Would you return, word for word, the lines of the data below from the line with "#64=ORIENTED_EDGE('',*,*,#63,.T.);" through the line with "#131=PLANE('',#71);", and no others?

┌─ Data section

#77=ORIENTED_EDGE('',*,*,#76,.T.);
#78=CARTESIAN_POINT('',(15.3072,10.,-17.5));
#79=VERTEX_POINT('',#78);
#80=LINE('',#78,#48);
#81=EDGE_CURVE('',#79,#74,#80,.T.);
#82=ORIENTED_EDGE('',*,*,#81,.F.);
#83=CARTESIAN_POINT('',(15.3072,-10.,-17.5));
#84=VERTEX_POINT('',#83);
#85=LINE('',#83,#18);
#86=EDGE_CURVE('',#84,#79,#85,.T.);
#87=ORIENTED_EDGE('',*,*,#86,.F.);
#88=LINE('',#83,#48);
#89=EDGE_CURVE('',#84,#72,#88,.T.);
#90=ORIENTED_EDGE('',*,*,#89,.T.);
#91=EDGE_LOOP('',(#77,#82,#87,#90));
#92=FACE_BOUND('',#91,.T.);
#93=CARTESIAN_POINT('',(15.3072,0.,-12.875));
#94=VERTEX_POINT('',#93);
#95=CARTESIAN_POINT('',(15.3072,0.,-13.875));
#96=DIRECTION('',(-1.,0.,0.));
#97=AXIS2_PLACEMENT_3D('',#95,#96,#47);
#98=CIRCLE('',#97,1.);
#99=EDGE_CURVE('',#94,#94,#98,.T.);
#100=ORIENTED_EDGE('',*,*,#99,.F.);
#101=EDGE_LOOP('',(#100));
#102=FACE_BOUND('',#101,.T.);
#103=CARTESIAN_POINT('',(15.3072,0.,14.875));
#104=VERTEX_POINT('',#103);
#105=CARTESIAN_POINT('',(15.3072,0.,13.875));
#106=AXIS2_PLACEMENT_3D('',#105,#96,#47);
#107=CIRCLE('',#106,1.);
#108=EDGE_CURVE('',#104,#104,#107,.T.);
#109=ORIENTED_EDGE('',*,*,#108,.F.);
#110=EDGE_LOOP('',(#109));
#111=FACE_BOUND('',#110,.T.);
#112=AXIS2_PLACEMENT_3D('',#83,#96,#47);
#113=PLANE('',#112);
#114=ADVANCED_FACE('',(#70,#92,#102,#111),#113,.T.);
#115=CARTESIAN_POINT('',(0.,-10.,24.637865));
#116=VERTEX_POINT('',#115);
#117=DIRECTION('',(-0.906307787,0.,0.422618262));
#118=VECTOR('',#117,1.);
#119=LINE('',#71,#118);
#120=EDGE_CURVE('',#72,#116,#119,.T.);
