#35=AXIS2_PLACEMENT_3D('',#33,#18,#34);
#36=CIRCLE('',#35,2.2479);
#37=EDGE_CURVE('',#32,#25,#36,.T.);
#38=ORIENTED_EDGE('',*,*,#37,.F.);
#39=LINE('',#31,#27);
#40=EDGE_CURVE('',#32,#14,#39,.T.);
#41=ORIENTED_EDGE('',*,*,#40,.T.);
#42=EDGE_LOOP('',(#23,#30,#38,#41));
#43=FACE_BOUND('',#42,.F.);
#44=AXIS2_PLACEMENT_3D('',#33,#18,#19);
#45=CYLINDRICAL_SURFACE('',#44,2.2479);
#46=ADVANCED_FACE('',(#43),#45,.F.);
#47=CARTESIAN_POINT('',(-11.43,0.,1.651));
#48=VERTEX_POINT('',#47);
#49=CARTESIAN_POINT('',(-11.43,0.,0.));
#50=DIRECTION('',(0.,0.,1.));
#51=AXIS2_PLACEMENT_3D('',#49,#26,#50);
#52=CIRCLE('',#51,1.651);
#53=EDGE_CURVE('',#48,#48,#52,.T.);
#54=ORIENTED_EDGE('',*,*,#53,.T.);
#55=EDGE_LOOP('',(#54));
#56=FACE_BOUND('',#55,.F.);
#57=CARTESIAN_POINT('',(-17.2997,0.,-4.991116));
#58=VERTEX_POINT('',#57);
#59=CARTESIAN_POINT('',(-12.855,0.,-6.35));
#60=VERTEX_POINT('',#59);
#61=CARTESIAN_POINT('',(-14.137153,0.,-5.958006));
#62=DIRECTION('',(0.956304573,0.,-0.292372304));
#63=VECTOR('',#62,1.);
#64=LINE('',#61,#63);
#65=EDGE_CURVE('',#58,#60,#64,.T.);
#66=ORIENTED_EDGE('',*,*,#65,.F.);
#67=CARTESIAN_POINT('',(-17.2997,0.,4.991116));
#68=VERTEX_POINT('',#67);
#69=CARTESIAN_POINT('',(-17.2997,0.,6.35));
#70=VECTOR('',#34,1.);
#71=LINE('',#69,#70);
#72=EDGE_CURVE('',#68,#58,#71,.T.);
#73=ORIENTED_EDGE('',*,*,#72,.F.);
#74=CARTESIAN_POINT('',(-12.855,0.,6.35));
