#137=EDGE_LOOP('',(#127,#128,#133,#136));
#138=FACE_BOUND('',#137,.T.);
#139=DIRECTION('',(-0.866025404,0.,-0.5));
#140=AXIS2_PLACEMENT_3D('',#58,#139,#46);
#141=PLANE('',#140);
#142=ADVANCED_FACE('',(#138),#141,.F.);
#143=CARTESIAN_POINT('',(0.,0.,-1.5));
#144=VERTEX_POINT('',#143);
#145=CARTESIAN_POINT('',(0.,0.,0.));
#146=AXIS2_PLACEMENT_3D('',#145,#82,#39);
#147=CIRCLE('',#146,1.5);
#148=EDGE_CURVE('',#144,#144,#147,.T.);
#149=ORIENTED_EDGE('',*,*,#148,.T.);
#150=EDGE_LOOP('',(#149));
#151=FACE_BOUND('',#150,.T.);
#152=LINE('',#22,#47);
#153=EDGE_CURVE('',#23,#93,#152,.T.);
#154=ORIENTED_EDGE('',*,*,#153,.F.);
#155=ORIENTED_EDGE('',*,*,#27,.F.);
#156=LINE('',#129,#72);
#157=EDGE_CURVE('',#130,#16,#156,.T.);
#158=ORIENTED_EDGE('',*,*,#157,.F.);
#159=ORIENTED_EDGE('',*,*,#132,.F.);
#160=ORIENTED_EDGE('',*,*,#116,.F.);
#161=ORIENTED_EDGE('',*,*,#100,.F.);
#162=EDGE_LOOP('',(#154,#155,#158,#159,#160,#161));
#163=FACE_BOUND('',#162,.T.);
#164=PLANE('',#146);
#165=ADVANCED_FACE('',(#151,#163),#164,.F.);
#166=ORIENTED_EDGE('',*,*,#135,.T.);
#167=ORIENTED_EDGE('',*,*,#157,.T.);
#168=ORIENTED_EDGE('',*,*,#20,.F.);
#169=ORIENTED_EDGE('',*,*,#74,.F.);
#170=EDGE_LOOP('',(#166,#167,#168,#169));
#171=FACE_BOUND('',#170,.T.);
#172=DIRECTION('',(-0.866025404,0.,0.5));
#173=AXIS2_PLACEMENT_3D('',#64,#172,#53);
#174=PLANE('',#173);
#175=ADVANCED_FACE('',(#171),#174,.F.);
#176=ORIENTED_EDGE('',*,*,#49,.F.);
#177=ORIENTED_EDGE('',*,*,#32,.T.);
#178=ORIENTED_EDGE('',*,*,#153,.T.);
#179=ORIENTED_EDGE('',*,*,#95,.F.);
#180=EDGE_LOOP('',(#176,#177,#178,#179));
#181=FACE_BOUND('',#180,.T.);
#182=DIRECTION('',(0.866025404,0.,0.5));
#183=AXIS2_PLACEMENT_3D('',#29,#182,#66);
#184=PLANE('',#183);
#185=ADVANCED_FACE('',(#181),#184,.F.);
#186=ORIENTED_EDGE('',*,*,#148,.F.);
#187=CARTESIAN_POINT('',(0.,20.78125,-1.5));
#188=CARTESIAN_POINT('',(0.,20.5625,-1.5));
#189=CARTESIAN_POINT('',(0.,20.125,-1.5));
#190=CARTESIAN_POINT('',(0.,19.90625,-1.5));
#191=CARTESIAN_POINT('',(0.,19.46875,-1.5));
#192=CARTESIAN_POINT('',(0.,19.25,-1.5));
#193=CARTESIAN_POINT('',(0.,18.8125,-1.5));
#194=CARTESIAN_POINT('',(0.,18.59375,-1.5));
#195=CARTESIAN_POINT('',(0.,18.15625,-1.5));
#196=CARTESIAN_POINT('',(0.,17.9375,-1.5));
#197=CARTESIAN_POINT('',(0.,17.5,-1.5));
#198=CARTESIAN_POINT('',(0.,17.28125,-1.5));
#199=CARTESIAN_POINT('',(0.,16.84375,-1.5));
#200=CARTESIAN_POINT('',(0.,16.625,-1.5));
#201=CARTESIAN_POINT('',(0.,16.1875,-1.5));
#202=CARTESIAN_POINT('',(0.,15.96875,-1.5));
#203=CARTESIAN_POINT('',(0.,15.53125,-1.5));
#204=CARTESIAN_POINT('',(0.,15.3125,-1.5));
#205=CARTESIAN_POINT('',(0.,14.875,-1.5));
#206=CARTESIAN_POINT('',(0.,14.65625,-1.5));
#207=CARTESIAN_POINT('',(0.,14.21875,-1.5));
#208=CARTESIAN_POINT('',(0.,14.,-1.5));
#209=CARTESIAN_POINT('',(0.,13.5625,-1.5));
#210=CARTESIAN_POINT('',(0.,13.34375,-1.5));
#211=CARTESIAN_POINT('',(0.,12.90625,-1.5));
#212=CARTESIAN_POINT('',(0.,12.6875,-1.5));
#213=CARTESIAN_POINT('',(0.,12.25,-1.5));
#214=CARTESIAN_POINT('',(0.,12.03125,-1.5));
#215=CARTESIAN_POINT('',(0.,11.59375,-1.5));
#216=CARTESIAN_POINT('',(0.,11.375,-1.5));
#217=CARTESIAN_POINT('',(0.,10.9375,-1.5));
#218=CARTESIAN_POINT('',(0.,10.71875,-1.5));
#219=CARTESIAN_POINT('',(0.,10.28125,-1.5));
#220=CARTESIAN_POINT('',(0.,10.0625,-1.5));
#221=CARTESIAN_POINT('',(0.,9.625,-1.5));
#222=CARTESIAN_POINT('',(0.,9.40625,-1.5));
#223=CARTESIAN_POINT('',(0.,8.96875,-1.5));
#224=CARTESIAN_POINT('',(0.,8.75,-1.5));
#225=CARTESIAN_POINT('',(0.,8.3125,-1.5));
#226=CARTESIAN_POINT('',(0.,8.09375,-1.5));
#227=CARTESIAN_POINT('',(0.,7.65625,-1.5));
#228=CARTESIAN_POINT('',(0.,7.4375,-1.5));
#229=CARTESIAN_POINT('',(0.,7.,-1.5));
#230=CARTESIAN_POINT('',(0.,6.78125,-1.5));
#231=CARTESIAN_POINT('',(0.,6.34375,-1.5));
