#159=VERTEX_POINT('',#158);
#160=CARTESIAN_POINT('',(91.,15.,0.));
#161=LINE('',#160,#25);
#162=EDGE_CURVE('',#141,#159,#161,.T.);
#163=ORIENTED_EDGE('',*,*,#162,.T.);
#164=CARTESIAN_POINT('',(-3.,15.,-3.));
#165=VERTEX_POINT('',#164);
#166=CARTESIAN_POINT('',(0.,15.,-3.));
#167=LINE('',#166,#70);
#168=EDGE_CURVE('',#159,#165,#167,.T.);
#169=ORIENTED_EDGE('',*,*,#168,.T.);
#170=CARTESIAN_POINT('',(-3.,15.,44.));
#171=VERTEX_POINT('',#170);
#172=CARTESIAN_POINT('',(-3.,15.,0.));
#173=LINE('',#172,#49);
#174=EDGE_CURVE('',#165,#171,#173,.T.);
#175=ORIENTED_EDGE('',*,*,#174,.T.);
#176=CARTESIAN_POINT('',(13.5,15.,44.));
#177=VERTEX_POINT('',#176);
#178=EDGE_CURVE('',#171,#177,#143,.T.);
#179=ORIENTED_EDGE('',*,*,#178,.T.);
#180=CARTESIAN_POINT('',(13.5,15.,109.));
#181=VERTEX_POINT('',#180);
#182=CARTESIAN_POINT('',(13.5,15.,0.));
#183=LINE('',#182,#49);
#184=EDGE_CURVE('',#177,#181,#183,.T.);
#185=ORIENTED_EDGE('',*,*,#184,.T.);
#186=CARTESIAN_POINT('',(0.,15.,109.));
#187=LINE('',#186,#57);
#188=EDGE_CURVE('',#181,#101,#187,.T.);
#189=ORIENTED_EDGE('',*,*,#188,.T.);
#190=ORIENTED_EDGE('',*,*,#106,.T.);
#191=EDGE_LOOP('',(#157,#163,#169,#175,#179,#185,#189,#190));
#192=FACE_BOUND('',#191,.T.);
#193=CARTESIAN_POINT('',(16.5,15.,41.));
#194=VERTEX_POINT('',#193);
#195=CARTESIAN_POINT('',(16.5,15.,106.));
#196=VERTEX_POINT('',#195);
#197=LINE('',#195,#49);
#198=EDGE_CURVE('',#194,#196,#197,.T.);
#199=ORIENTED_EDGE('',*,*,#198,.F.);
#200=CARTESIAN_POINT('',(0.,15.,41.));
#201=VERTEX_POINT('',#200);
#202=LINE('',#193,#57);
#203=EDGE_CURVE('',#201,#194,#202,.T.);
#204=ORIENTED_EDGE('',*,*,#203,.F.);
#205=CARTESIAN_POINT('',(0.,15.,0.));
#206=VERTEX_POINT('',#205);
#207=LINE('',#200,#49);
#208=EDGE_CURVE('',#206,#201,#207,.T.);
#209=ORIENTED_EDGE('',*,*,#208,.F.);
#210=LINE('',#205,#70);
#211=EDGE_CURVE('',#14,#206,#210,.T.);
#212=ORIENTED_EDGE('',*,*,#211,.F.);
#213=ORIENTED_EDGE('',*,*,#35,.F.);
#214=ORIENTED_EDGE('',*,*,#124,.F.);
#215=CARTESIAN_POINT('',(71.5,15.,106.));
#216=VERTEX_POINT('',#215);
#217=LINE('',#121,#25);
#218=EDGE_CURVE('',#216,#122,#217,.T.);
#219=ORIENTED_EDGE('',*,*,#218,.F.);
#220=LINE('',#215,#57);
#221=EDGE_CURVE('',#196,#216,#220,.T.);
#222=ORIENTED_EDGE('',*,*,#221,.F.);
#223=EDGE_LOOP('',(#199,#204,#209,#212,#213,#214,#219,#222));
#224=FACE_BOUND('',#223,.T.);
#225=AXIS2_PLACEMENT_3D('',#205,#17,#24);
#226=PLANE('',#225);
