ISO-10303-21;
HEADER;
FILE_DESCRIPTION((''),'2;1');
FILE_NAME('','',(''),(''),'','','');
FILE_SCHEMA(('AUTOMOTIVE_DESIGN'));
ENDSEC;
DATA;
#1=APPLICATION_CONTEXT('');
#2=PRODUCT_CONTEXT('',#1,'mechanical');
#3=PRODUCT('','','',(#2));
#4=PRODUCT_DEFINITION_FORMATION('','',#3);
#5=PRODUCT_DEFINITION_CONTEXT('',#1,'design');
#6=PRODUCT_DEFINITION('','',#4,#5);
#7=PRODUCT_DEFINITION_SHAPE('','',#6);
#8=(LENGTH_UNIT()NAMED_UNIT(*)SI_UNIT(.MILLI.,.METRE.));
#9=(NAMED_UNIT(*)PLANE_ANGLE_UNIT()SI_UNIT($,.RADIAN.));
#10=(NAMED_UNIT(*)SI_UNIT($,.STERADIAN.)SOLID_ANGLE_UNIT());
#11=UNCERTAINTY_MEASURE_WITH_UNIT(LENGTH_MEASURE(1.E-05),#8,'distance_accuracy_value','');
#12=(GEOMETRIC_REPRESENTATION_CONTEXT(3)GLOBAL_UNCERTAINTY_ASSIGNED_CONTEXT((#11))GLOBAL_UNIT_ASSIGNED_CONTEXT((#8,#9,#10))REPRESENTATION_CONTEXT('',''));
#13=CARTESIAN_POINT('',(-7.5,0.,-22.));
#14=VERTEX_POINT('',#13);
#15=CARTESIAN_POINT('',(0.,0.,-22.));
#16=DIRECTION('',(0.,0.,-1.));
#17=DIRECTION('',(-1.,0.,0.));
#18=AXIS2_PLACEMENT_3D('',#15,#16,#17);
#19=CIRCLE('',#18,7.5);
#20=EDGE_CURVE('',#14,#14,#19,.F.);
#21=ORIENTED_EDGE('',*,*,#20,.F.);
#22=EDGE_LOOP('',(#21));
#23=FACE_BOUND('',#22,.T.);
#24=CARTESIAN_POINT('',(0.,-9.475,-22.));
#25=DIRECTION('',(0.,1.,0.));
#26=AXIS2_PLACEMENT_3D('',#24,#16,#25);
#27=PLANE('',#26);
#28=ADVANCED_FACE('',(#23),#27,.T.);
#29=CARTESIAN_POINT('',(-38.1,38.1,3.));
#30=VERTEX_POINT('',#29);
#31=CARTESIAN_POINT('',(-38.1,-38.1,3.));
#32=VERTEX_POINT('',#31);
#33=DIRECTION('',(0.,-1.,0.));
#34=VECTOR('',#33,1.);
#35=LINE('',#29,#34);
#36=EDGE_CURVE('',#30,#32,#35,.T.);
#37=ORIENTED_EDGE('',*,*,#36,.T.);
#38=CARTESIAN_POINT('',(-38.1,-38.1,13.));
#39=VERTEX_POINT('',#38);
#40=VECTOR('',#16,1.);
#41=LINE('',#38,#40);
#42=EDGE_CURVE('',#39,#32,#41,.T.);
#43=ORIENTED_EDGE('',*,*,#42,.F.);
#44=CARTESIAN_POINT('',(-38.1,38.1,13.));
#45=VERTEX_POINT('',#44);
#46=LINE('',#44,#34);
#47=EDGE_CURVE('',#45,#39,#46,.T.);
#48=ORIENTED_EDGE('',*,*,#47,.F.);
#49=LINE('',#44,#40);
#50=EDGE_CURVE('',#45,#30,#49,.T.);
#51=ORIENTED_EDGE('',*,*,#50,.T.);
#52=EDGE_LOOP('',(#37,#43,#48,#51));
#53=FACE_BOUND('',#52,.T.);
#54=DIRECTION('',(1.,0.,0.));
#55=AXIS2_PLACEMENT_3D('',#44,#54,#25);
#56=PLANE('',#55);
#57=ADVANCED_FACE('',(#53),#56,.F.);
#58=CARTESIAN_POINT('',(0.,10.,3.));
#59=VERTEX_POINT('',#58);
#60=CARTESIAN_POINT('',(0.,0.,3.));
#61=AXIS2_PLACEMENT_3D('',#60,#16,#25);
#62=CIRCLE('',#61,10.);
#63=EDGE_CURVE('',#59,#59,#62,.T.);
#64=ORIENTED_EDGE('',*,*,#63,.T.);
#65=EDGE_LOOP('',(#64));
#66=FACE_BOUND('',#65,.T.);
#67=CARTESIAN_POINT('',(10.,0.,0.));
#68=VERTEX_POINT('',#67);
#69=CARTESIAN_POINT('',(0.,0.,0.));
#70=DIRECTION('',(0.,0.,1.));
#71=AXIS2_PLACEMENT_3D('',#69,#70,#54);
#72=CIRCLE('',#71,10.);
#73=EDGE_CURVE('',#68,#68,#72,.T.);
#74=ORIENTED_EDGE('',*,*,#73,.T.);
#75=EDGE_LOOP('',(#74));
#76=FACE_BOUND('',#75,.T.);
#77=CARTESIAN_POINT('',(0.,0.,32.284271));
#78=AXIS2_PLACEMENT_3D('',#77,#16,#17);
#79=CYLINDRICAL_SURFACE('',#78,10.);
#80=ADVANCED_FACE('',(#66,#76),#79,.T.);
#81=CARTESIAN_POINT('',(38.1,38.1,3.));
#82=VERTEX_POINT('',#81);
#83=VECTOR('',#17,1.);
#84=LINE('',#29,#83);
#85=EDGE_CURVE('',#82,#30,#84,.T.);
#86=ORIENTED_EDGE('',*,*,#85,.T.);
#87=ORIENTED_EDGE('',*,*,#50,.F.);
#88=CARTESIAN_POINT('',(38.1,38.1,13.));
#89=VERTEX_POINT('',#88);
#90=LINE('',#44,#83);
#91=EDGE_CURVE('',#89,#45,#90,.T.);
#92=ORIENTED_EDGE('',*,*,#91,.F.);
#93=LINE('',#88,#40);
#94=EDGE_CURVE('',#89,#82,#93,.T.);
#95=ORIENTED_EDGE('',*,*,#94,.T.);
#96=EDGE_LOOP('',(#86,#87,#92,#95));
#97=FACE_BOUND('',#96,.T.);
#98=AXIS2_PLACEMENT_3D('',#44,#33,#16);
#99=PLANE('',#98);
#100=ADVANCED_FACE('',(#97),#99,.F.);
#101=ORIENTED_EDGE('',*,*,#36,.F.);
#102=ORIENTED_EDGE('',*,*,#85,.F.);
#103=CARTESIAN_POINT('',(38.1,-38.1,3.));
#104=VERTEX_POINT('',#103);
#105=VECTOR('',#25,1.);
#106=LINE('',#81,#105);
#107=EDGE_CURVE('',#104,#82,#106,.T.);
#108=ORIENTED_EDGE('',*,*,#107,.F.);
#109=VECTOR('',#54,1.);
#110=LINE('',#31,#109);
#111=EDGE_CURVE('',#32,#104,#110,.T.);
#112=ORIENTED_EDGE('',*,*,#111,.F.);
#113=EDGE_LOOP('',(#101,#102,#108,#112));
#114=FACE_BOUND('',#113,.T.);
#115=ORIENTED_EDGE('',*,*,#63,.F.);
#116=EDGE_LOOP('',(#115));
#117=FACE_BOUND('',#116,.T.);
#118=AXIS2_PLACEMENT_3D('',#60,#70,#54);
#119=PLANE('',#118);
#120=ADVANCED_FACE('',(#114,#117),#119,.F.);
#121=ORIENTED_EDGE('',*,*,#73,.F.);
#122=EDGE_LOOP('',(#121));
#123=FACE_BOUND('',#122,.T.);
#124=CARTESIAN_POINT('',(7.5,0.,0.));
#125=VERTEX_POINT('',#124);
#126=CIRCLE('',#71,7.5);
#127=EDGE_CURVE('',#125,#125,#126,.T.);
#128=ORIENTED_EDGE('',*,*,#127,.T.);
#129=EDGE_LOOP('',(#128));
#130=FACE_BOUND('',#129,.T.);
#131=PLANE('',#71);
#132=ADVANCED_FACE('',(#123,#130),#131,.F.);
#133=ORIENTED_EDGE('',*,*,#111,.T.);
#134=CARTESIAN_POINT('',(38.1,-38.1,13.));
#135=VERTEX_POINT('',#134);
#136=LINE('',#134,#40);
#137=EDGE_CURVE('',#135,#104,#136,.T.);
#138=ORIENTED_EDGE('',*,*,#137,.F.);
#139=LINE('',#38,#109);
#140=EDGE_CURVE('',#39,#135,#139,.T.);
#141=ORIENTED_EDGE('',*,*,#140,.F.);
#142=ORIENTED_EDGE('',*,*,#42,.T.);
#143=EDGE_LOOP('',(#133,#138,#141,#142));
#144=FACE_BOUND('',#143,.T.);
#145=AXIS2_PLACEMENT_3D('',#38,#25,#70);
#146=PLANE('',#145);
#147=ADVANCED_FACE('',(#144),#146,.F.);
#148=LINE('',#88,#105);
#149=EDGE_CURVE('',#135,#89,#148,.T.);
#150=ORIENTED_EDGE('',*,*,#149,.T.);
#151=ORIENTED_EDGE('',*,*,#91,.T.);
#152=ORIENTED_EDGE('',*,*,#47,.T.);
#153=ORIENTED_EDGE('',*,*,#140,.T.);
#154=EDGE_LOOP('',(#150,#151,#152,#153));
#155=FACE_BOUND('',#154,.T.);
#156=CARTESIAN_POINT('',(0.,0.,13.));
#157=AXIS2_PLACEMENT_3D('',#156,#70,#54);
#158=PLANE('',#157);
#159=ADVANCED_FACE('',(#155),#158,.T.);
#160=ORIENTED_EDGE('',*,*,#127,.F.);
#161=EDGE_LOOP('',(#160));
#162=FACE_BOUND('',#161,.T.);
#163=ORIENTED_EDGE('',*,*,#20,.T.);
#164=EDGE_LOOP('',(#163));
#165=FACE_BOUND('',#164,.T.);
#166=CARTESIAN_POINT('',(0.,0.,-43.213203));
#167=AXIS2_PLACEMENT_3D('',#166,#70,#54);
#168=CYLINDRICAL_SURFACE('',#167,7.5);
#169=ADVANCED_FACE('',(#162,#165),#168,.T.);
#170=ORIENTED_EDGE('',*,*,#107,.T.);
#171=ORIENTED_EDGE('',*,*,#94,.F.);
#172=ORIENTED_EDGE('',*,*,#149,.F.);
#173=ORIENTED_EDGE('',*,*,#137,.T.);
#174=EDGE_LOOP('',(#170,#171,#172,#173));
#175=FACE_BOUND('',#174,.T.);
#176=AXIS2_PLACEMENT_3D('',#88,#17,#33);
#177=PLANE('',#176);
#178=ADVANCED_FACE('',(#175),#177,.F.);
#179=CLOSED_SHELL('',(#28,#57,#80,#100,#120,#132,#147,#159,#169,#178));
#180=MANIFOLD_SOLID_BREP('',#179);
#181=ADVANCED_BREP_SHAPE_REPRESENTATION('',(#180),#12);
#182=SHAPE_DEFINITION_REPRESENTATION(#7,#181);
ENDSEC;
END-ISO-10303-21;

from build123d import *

# Parameters (mm, degrees)
SKETCH1_R           = 7.5
BOSS_EXTRUDE1_DEPTH = 22
SKETCH2_R           = 10
BOSS_EXTRUDE2_DEPTH = 3
SKETCH3_W           = 76.2
SKETCH3_H           = 76.2
BOSS_EXTRUDE3_DEPTH = 10


with BuildPart() as part:
    # Sketch1 → Boss-Extrude1 (new body)
    with BuildSketch(Plane.XY):
        Circle(SKETCH1_R)
    extrude(amount=-BOSS_EXTRUDE1_DEPTH)

    # Sketch2 → Boss-Extrude2 (add)
    with BuildSketch(Plane.XY):
        with Locations(Location((0, 0, 0), (0, 0, 90))):
            Circle(SKETCH2_R)
    extrude(amount=BOSS_EXTRUDE2_DEPTH)

    # Sketch3 → Boss-Extrude3 (add)
    with BuildSketch(Plane.XY.offset(3)):
        Rectangle(SKETCH3_W, SKETCH3_H)
    extrude(amount=BOSS_EXTRUDE3_DEPTH)


solid = part.part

└─

### Solution below
#64=ORIENTED_EDGE('',*,*,#63,.T.);
#65=EDGE_LOOP('',(#64));
#66=FACE_BOUND('',#65,.T.);
#67=CARTESIAN_POINT('',(10.,0.,0.));
#68=VERTEX_POINT('',#67);
#69=CARTESIAN_POINT('',(0.,0.,0.));
#70=DIRECTION('',(0.,0.,1.));
#71=AXIS2_PLACEMENT_3D('',#69,#70,#54);
#72=CIRCLE('',#71,10.);
#73=EDGE_CURVE('',#68,#68,#72,.T.);
#74=ORIENTED_EDGE('',*,*,#73,.T.);
#75=EDGE_LOOP('',(#74));
#76=FACE_BOUND('',#75,.T.);
#77=CARTESIAN_POINT('',(0.,0.,32.284271));
#78=AXIS2_PLACEMENT_3D('',#77,#16,#17);
#79=CYLINDRICAL_SURFACE('',#78,10.);
#80=ADVANCED_FACE('',(#66,#76),#79,.T.);
#81=CARTESIAN_POINT('',(38.1,38.1,3.));
#82=VERTEX_POINT('',#81);
#83=VECTOR('',#17,1.);
#84=LINE('',#29,#83);
#85=EDGE_CURVE('',#82,#30,#84,.T.);
#86=ORIENTED_EDGE('',*,*,#85,.T.);
#87=ORIENTED_EDGE('',*,*,#50,.F.);
#88=CARTESIAN_POINT('',(38.1,38.1,13.));
#89=VERTEX_POINT('',#88);
#90=LINE('',#44,#83);
#91=EDGE_CURVE('',#89,#45,#90,.T.);
#92=ORIENTED_EDGE('',*,*,#91,.F.);
#93=LINE('',#88,#40);
#94=EDGE_CURVE('',#89,#82,#93,.T.);
#95=ORIENTED_EDGE('',*,*,#94,.T.);
#96=EDGE_LOOP('',(#86,#87,#92,#95));
#97=FACE_BOUND('',#96,.T.);
#98=AXIS2_PLACEMENT_3D('',#44,#33,#16);
#99=PLANE('',#98);
#100=ADVANCED_FACE('',(#97),#99,.F.);
#101=ORIENTED_EDGE('',*,*,#36,.F.);
#102=ORIENTED_EDGE('',*,*,#85,.F.);
#103=CARTESIAN_POINT('',(38.1,-38.1,3.));
#104=VERTEX_POINT('',#103);
#105=VECTOR('',#25,1.);
#106=LINE('',#81,#105);
#107=EDGE_CURVE('',#104,#82,#106,.T.);
#108=ORIENTED_EDGE('',*,*,#107,.F.);
#109=VECTOR('',#54,1.);
#110=LINE('',#31,#109);
#111=EDGE_CURVE('',#32,#104,#110,.T.);
#112=ORIENTED_EDGE('',*,*,#111,.F.);
#113=EDGE_LOOP('',(#101,#102,#108,#112));
#114=FACE_BOUND('',#113,.T.);
#115=ORIENTED_EDGE('',*,*,#63,.F.);
#116=EDGE_LOOP('',(#115));
#117=FACE_BOUND('',#116,.T.);
#118=AXIS2_PLACEMENT_3D('',#60,#70,#54);
#119=PLANE('',#118);
#120=ADVANCED_FACE('',(#114,#117),#119,.F.);
#121=ORIENTED_EDGE('',*,*,#73,.F.);
#122=EDGE_LOOP('',(#121));
#123=FACE_BOUND('',#122,.T.);
#124=CARTESIAN_POINT('',(7.5,0.,0.));
#125=VERTEX_POINT('',#124);
#126=CIRCLE('',#71,7.5);
#127=EDGE_CURVE('',#125,#125,#126,.T.);
#128=ORIENTED_EDGE('',*,*,#127,.T.);
#129=EDGE_LOOP('',(#128));
#130=FACE_BOUND('',#129,.T.);
#131=PLANE('',#71);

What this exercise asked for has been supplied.